Which, of course, would be perfectly easy with a well-stocked store to draw
from. This is about what John would get:
"What you need is a little pinch of salt."
Thus the correspondence would flutter merrily along, and, while occasionally
one of the two would be cornered by an unanswerable retort and would be forced
into the humiliation of answering with such a trite thing as:
"Here's to brown eyes, bless 'em," or "Doesn't this old town look good to
you any more?" As a rule the answers would be pat and prompt, even if it
did take desperate searches to land some of them. In time the cards would
become gentler and a bit more serious—John boldly sending the most eloquent
declarations he could find and Mary confronted with the very delicate job
of answering them pleasantly without putting herself on record in red, white
and blue ink. For instance, when Mary got a card like this:
"You're all the world to me, kid," it would require a lot of diplomacy to
side-step this sort of thing and yet encourage more. But a good card store
would enable her to reply:
"I wonder if you mean all you say."
And John wouldn't have much trouble in finding the following:
"If I only could say all I mean."
About this time, the correspondence would go under cover. Cards above a
certain temperature are less embarrassing when mailed in envelopes, anyway.

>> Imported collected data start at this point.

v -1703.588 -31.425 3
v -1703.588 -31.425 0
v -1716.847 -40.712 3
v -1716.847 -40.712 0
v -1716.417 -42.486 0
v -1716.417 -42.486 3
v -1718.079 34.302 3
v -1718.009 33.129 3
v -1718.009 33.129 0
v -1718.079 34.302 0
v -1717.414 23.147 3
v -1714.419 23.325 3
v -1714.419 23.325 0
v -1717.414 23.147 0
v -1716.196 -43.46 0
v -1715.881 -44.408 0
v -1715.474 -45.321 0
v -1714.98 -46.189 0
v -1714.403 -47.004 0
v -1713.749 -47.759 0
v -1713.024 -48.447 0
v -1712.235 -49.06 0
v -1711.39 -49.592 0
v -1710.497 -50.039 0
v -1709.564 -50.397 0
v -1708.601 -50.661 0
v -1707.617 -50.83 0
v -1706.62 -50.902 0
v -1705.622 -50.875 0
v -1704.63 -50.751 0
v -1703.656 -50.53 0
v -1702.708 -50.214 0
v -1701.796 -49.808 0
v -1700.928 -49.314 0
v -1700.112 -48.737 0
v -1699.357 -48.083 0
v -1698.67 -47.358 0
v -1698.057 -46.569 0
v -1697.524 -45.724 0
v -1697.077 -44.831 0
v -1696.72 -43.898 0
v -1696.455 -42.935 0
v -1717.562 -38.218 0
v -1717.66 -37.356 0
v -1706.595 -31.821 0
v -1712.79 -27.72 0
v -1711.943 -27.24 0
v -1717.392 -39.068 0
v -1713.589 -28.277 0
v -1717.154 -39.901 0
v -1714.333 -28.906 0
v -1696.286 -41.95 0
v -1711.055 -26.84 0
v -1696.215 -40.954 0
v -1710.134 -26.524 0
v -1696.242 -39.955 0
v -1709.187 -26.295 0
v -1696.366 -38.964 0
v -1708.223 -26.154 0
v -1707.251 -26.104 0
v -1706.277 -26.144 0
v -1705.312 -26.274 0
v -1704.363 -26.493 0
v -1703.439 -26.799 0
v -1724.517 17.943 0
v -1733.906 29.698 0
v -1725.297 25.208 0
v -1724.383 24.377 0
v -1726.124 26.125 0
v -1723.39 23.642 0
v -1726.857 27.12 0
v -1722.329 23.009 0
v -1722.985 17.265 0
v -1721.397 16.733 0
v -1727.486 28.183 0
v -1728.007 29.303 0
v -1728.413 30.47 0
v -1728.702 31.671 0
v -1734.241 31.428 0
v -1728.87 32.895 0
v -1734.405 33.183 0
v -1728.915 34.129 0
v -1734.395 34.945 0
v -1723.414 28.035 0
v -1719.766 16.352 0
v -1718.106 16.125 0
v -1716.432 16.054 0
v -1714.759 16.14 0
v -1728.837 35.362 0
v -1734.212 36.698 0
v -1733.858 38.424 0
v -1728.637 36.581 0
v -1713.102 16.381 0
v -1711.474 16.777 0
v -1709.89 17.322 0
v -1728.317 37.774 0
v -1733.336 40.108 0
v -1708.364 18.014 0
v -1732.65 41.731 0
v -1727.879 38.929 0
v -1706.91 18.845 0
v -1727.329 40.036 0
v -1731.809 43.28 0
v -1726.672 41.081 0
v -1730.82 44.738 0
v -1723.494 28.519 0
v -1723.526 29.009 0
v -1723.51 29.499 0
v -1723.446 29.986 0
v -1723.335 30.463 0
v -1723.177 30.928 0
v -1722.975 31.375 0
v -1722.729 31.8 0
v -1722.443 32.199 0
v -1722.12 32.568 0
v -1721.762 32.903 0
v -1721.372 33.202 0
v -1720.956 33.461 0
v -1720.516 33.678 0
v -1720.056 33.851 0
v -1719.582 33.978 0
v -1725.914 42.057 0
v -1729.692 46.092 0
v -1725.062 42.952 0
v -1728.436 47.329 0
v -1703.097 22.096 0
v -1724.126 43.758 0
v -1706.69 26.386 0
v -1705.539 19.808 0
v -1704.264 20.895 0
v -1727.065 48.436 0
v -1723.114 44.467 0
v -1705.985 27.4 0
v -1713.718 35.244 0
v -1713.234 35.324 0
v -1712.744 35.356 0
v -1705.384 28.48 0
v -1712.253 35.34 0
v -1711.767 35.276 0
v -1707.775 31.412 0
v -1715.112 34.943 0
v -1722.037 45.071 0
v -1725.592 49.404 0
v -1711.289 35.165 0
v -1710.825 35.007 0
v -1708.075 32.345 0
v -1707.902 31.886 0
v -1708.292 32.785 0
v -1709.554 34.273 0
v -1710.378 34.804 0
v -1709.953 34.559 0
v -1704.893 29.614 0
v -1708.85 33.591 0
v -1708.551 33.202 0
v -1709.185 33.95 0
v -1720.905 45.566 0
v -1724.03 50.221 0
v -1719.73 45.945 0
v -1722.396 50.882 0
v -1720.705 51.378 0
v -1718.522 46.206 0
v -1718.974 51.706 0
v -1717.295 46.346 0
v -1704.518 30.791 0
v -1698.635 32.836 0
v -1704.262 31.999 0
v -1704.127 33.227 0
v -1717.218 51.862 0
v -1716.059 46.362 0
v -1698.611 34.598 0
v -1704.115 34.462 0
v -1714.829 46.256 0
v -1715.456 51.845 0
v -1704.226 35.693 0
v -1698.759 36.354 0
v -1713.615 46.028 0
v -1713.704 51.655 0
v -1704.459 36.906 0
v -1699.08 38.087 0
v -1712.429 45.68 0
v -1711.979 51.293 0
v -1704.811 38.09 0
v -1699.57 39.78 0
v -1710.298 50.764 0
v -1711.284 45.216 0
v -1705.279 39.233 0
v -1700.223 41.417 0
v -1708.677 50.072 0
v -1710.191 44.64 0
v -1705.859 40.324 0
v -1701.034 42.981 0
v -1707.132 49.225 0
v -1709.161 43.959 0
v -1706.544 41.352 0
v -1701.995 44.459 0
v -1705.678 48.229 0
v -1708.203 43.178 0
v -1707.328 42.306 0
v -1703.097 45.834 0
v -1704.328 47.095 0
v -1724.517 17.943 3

It is easy to see the result. Another three months would find John driving
card sellers into profanity by his persistent hunting for a particular card.
Imagine a pale and anxious lover dependent entirely upon the ingenuity of
some sordid card artist who probably has never been in love himself, spending
days in a frantic attempt to jam his surging soul into a ten-word sentiment
written by someone else. Still, it could be accomplished, and presently Mary
would receive the following:
"If I had a little home, would you share it?" or "Wouldn't you help me spend
my salary through life?" or "I love you, dearie, and what's the answer?"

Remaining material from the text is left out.